/elasticsearch-copy

copy docs between elasticsearch indices with speed

Primary LanguageClojureMIT LicenseMIT

elasticsearch-copy

Copy docs from one elasticsearch index to another. Indices can be located on seperate Elasticsearch instances.

Quickstart

Prerequisites

  • Minimum Java version 1.8
  • clojure cli tool

Steps to run copy job

  • Clone this repo and navigate to project root
  • Update config.edn with your job paramaters.
  • clojure -m elasticsearch_copy.core

Options

Job parameters are provoded by an edn file.

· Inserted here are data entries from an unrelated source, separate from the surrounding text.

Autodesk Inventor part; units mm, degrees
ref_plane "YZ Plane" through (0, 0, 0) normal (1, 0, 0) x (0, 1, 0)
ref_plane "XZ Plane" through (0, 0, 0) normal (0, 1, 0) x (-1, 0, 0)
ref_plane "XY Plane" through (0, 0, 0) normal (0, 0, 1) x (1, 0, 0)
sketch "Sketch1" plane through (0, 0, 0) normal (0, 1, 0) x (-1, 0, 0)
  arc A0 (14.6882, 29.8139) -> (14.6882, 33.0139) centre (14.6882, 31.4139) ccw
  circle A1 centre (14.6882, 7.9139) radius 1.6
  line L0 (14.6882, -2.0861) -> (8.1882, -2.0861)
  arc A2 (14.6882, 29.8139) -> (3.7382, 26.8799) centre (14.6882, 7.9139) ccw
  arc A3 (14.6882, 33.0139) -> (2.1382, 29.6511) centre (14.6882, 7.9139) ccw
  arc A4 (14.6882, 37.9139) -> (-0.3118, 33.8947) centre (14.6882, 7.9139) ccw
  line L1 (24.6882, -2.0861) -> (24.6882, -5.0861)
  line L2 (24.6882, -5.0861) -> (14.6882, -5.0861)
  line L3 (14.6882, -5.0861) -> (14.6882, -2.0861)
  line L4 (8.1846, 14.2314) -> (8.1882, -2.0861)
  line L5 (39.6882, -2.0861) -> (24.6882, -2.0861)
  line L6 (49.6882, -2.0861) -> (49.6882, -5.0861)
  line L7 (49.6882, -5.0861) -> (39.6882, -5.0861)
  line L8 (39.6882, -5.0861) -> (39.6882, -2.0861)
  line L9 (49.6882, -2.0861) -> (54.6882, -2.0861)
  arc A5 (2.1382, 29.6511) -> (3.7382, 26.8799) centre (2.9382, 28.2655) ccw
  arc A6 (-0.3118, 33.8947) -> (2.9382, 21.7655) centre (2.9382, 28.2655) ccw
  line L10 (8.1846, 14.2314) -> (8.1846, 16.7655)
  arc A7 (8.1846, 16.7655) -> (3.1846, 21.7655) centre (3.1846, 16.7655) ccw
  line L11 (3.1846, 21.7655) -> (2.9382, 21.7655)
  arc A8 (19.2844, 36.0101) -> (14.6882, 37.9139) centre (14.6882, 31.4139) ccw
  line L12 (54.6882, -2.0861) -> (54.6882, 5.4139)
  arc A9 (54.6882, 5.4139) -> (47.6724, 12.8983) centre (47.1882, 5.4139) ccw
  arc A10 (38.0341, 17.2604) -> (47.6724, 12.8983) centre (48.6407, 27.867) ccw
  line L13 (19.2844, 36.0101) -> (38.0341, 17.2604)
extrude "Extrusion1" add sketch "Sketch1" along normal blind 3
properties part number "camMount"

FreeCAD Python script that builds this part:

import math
import FreeCAD as App
import Part
import Sketcher
from FreeCAD import Vector
Q = App.Units.Quantity

doc = App.newDocument("Part")
body = doc.addObject("PartDesign::Body", "Body")

sketch1 = body.newObject("Sketcher::SketchObject", "Sketch")
sketch1.AttachmentSupport = (doc.getObject("XZ_Plane"), [""])
sketch1.MapMode = "FlatFace"
sketch1.addGeometry(Part.LineSegment(Vector(-8.19, -2.09, 0), Vector(-14.69, -2.09, 0)), False)
sketch1.addGeometry(Part.LineSegment(Vector(-14.69, -2.09, 0), Vector(-14.69, -5.09, 0)), False)
sketch1.addGeometry(Part.LineSegment(Vector(-14.69, -5.09, 0), Vector(-24.69, -5.09, 0)), False)
sketch1.addGeometry(Part.LineSegment(Vector(-24.69, -5.09, 0), Vector(-24.69, -2.09, 0)), False)
sketch1.addGeometry(Part.LineSegment(Vector(-24.69, -2.09, 0), Vector(-39.69, -2.09, 0)), False)
sketch1.addGeometry(Part.LineSegment(Vector(-39.69, -2.09, 0), Vector(-39.69, -5.09, 0)), False)
sketch1.addGeometry(Part.LineSegment(Vector(-39.69, -5.09, 0), Vector(-49.69, -5.09, 0)), False)
sketch1.addGeometry(Part.LineSegment(Vector(-49.69, -5.09, 0), Vector(-49.69, -2.09, 0)), False)
sketch1.addGeometry(Part.LineSegment(Vector(-49.69, -2.09, 0), Vector(-54.69, -2.09, 0)), False)
sketch1.addGeometry(Part.LineSegment(Vector(-54.69, -2.09, 0), Vector(-54.69, 5.41, 0)), False)
sketch1.addGeometry(Part.ArcOfCircle(Part.Circle(Vector(-47.19, 5.41, 0), Vector(0, 0, 1), 7.5), math.radians(94), math.radians(180)), False)
sketch1.addGeometry(Part.ArcOfCircle(Part.Circle(Vector(-48.64, 27.87, 0), Vector(0, 0, 1), 15), math.radians(-86), math.radians(-45)), False)
sketch1.addGeometry(Part.LineSegment(Vector(-38.03, 17.26, 0), Vector(-19.28, 36.01, 0)), False)
sketch1.addGeometry(Part.ArcOfCircle(Part.Circle(Vector(-14.69, 31.41, 0), Vector(0, 0, 1), 6.5), math.radians(90), math.radians(135)), False)
sketch1.addGeometry(Part.ArcOfCircle(Part.Circle(Vector(-14.69, 7.91, 0), Vector(0, 0, 1), 30), math.radians(60), math.radians(90)), False)
sketch1.addGeometry(Part.ArcOfCircle(Part.Circle(Vector(-2.94, 28.27, 0), Vector(0, 0, 1), 6.5), math.radians(-90), math.radians(60)), False)
sketch1.addGeometry(Part.LineSegment(Vector(-2.94, 21.77, 0), Vector(-3.18, 21.77, 0)), False)
sketch1.addGeometry(Part.ArcOfCircle(Part.Circle(Vector(-3.18, 16.77, 0), Vector(0, 0, 1), 5), math.radians(90), math.radians(180)), False)
sketch1.addGeometry(Part.LineSegment(Vector(-8.18, 16.77, 0), Vector(-8.18, 14.23, 0)), False)
sketch1.addGeometry(Part.LineSegment(Vector(-8.18, 14.23, 0), Vector(-8.19, -2.09, 0)), False)
sketch1.addGeometry(Part.Circle(Vector(-14.69, 7.91, 0), Vector(0, 0, 1), 1.6), False)
sketch1.addGeometry(Part.ArcOfCircle(Part.Circle(Vector(-14.69, 31.41, 0), Vector(0, 0, 1), 1.6), math.radians(90), math.radians(270)), False)
sketch1.addGeometry(Part.ArcOfCircle(Part.Circle(Vector(-14.69, 7.91, 0), Vector(0, 0, 1), 21.9), math.radians(60), math.radians(90)), False)
sketch1.addGeometry(Part.ArcOfCircle(Part.Circle(Vector(-2.94, 28.27, 0), Vector(0, 0, 1), 1.6), math.radians(-120), math.radians(60)), False)
sketch1.addGeometry(Part.ArcOfCircle(Part.Circle(Vector(-14.69, 7.91, 0), Vector(0, 0, 1), 25.1), math.radians(60), math.radians(90)), False)
sketch1.addConstraint(Sketcher.Constraint("Coincident", 0, 2, 1, 1))
sketch1.addConstraint(Sketcher.Constraint("Coincident", 1, 2, 2, 1))
sketch1.addConstraint(Sketcher.Constraint("Coincident", 2, 2, 3, 1))
sketch1.addConstraint(Sketcher.Constraint("Coincident", 3, 2, 4, 1))
sketch1.addConstraint(Sketcher.Constraint("Coincident", 4, 2, 5, 1))
sketch1.addConstraint(Sketcher.Constraint("Coincident", 5, 2, 6, 1))
sketch1.addConstraint(Sketcher.Constraint("Coincident", 6, 2, 7, 1))
sketch1.addConstraint(Sketcher.Constraint("Coincident", 7, 2, 8, 1))
sketch1.addConstraint(Sketcher.Constraint("Coincident", 8, 2, 9, 1))
sketch1.addConstraint(Sketcher.Constraint("Tangent", 9, 2, 10, 2))
sketch1.addConstraint(Sketcher.Constraint("Tangent", 10, 1, 11, 1))
sketch1.addConstraint(Sketcher.Constraint("Tangent", 11, 2, 12, 1))
sketch1.addConstraint(Sketcher.Constraint("Tangent", 12, 2, 13, 2))
sketch1.addConstraint(Sketcher.Constraint("Tangent", 13, 1, 14, 2))
sketch1.addConstraint(Sketcher.Constraint("Tangent", 14, 1, 15, 2))
sketch1.addConstraint(Sketcher.Constraint("Tangent", 15, 1, 16, 1))
sketch1.addConstraint(Sketcher.Constraint("Tangent", 16, 2, 17, 1))
sketch1.addConstraint(Sketcher.Constraint("Tangent", 17, 2, 18, 1))
sketch1.addConstraint(Sketcher.Constraint("Coincident", 18, 2, 19, 1))
sketch1.addConstraint(Sketcher.Constraint("Coincident", 19, 2, 0, 1))
sketch1.addConstraint(Sketcher.Constraint("Tangent", 21, 2, 22, 2))
sketch1.addConstraint(Sketcher.Constraint("Tangent", 22, 1, 23, 1))
sketch1.addConstraint(Sketcher.Constraint("Tangent", 23, 2, 24, 1))
sketch1.addConstraint(Sketcher.Constraint("Tangent", 24, 2, 21, 1))
sketch1.addConstraint(Sketcher.Constraint("Horizontal", 0))
sketch1.addConstraint(Sketcher.Constraint("Vertical", 1))
sketch1.addConstraint(Sketcher.Constraint("Horizontal", 2))
sketch1.addConstraint(Sketcher.Constraint("Vertical", 3))
sketch1.addConstraint(Sketcher.Constraint("Horizontal", 4))
sketch1.addConstraint(Sketcher.Constraint("Vertical", 5))
sketch1.addConstraint(Sketcher.Constraint("Horizontal", 6))
sketch1.addConstraint(Sketcher.Constraint("Vertical", 7))
sketch1.addConstraint(Sketcher.Constraint("Horizontal", 8))
sketch1.addConstraint(Sketcher.Constraint("Vertical", 9))
sketch1.addConstraint(Sketcher.Constraint("Horizontal", 16))
sketch1.addConstraint(Sketcher.Constraint("Vertical", 18))
sketch1.addConstraint(Sketcher.Constraint("Coincident", 20, 3, 14, 3))
sketch1.addConstraint(Sketcher.Constraint("Coincident", 21, 3, 13, 3))
sketch1.addConstraint(Sketcher.Constraint("Coincident", 22, 3, 14, 3))
sketch1.addConstraint(Sketcher.Constraint("Coincident", 23, 3, 15, 3))
sketch1.addConstraint(Sketcher.Constraint("Coincident", 24, 3, 14, 3))
sketch1.addConstraint(Sketcher.Constraint("Equal", 20, 21))
sketch1.addConstraint(Sketcher.Constraint("Horizontal", 0, 2, 3, 2))
sketch1.addConstraint(Sketcher.Constraint("Horizontal", 2, 2, 5, 2))
sketch1.addConstraint(Sketcher.Constraint("Horizontal", 4, 2, 7, 2))
sketch1.addConstraint(Sketcher.Constraint("Vertical", 13, 3, 14, 3))
sketch1.addConstraint(Sketcher.Constraint("Vertical", 24, 3, 0, 2))
sketch1.addConstraint(Sketcher.Constraint("Equal", 2, 6))
sketch1.addConstraint(Sketcher.Constraint("Radius", 11, 15.0))
sketch1.addConstraint(Sketcher.Constraint("Radius", 14, 30.0))
sketch1.addConstraint(Sketcher.Constraint("Radius", 17, 5.0))
sketch1.addConstraint(Sketcher.Constraint("Diameter", 20, 3.2))
sketch1.addConstraint(Sketcher.Constraint("Radius", 10, 7.5))
sketch1.addConstraint(Sketcher.Constraint("Radius", 13, 6.5))
sketch1.addConstraint(Sketcher.Constraint("DistanceX", 2, 2, 2, 1, 10.0))
sketch1.addConstraint(Sketcher.Constraint("DistanceX", 4, 2, 4, 1, 15.0))
sketch1.addConstraint(Sketcher.Constraint("DistanceX", 8, 2, 8, 1, 5.0))
sketch1.addConstraint(Sketcher.Constraint("DistanceY", 1, 2, 1, 1, 3.0))
sketch1.addConstraint(Sketcher.Constraint("Angle", 12, Q("45 deg")))
sketch1.addConstraint(Sketcher.Constraint("DistanceX", 0, 2, 0, 1, 6.5))
sketch1.addConstraint(Sketcher.Constraint("DistanceY", 9, 1, 9, 2, 7.5))
sketch1.addConstraint(Sketcher.Constraint("DistanceY", 10, 3, 13, 3, 26.0))
sketch1.addConstraint(Sketcher.Constraint("DistanceX", 13, 3, 14, 1, 15.0))
sketch1.addConstraint(Sketcher.Constraint("DistanceY", 18, 2, 18, 1, 2.534))
sketch1.addConstraint(Sketcher.Constraint("DistanceY", -1, 1, 12, 2, 36.01))
sketch1.addConstraint(Sketcher.Constraint("DistanceX", 16, 2, 16, 1, 0.2464))
sketch1.addConstraint(Sketcher.Constraint("DistanceX", 11, 2, -1, 1, 38.034))
pad1 = body.newObject("PartDesign::Pad", "Pad")
pad1.Profile = sketch1
pad1.Length = 3
pad1.Reversed = True

doc.recompute()
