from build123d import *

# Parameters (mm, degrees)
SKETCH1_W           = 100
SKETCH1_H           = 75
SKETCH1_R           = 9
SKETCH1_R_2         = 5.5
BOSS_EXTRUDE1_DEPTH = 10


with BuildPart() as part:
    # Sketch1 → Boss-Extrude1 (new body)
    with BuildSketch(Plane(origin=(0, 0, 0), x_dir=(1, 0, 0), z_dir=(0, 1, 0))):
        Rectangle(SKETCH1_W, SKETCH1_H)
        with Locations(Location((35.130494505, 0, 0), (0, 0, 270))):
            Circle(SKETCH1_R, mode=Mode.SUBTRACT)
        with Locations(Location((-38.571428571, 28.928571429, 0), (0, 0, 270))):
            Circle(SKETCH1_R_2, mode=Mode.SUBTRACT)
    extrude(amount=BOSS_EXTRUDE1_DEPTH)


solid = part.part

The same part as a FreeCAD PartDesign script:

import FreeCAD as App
import Part
import Sketcher

V = App.Vector

doc = App.newDocument("Part")
body = doc.addObject("PartDesign::Body", "Body")

# Sketch on XZ plane
sketch1 = body.newObject("Sketcher::SketchObject", "Sketch")
sketch1.AttachmentSupport = (doc.getObject("XZ_Plane"), [""])
sketch1.MapMode = "FlatFace"
sketch1.addGeometry([
    Part.LineSegment(V(-50, -37.5, 0), V(-50, 37.5, 0)),  # 0
    Part.LineSegment(V(-50, 37.5, 0), V(50, 37.5, 0)),  # 1
    Part.LineSegment(V(50, 37.5, 0), V(50, -37.5, 0)),  # 2
    Part.LineSegment(V(50, -37.5, 0), V(-50, -37.5, 0)),  # 3
    Part.Circle(V(35.130495, 0, 0), V(0, 0, 1), 9),  # 4
    Part.Circle(V(-38.571429, -28.928571, 0), V(0, 0, 1), 5.5),  # 5
], False)
sketch1.addConstraint([
    Sketcher.Constraint("Coincident", 0, 2, 1, 1),
    Sketcher.Constraint("Coincident", 1, 2, 2, 1),
    Sketcher.Constraint("Coincident", 2, 2, 3, 1),
    Sketcher.Constraint("Coincident", 3, 2, 0, 1),
    Sketcher.Constraint("Vertical", 0),
    Sketcher.Constraint("Horizontal", 1),
    Sketcher.Constraint("Vertical", 2),
    Sketcher.Constraint("Horizontal", 3),
    Sketcher.Constraint("Symmetric", 0, 2, 2, 2, -1, 1),
    Sketcher.Constraint("PointOnObject", 4, 3, -1),
    Sketcher.Constraint("Diameter", 4, 18.0),
    Sketcher.Constraint("Diameter", 5, 11.0),
    Sketcher.Constraint("DistanceX", 1, 1, 1, 2, 100.0),
    Sketcher.Constraint("DistanceY", 0, 1, 0, 2, 75.0),
    Sketcher.Constraint("DistanceX", 5, 3, -1, 1, 38.571429),
    Sketcher.Constraint("DistanceY", 5, 3, -1, 1, 28.928571),
    Sketcher.Constraint("DistanceX", -1, 1, 4, 3, 35.130495),
])
pad1 = body.newObject("PartDesign::Pad", "Pad")
pad1.Profile = sketch1
pad1.Length = 10
pad1.Reversed = True

doc.recompute()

  • source: Job parameters for the source index, where the docs are being pulled from
    • index: Index to pull the docs from
    • url: URL of the Elasticsearch instance
    • auth: optional user:password used for basic authentication
    • size: Number of docs returned by each scroll query request; default is 500. The size should be smaller for datasources that have very large documents
    • concurrency: Number of concurrent scroll clients - should be less than or equal to the number of Elasticsearch data nodes. Default is 4
  • destination: Job parameters for the destination index, where the docs from the source will be posted to
    • index: Index to post the docs to
    • url: URL of the Elasticsearch instance
    • auth: optional user:password used for basic authentication
    • reporting-interval: How often to print job status in miliseconds
    • max-count: Max number of docs to post at a time in a batch; default is 1,000. Will post this number of docs if max-chars has not been reached
    • max-chars: Max character count to post at a time in a batch; default is 2,000,000. The default character count keeps batches at about 1 MB when encoded in UTF-8, assuming mostly ASCII characters. The memory size for each batch is about 2 MB locally encoded as UTF-16, assuming mostly ASCII characters
    • concurrency: Maximum number of batches to be posted at a time. Default is 12. Setting to source.concurrency * 3 is generally most performant

Examples

{
 ;; Job parameters for the source index, where the docs are being pulled from
 :source
 {
  ;; Index to pull the docs from
  :index "abc123"

  ;; URL of the Elasticsearch instance
  :url "http://localhost:9200"
  
  ;; Basic Authentication
  :auth "mangosmoothie:Secret_P@$$W0RD!"

  ;; Number of docs returned by each scroll query request
  ;; Default is 500
  ;; The size should be smaller for datasources that have very large documents
  :size 500

  ;; Number of concurrent scroll clients
  ;; Should be less than or equal to the number of Elasticsearch data nodes
  ;; Default is 4
  :concurrency 4}

 ;; Job parameters for the destination index, where the docs from the source will be posted to
 :destination
 {
  ;; Index to post the docs to
  :index "def456"

  ;; URL of the Elasticsearch instance
  :url "http://localhost:9200"
  
  ;; Basic Authentication
  :auth "mangosmoothie:Secret_P@$$W0RD!"

  ;; How often to print job status in miliseconds
  ;; Default is 3000
  :report-interval 3000

  ;; Max number of docs to post at a time in a batch
  ;; default is 1,000
  ;; Will post this number of docs if `max-chars` has not been reached
  :max-count 1000

  ;; Max character count to post at a time in a batch
  ;; Default is 2,000,000
  ;; The default character count keeps batches at about 1 MB when encoded in UTF-8
  ;; assuming mostly ASCII characters
  ;; The memory size for each batch is about 2 MB locally encoded as UTF-16
  ;; assuming mostly ASCII characters
  :max-chars 2000000

  ;; Maximum number of batches to be posted at a time
  ;; Default is 12
  ;; Setting to `source/concurrency` * 3 is generally most performant
  :concurrency 12
  }}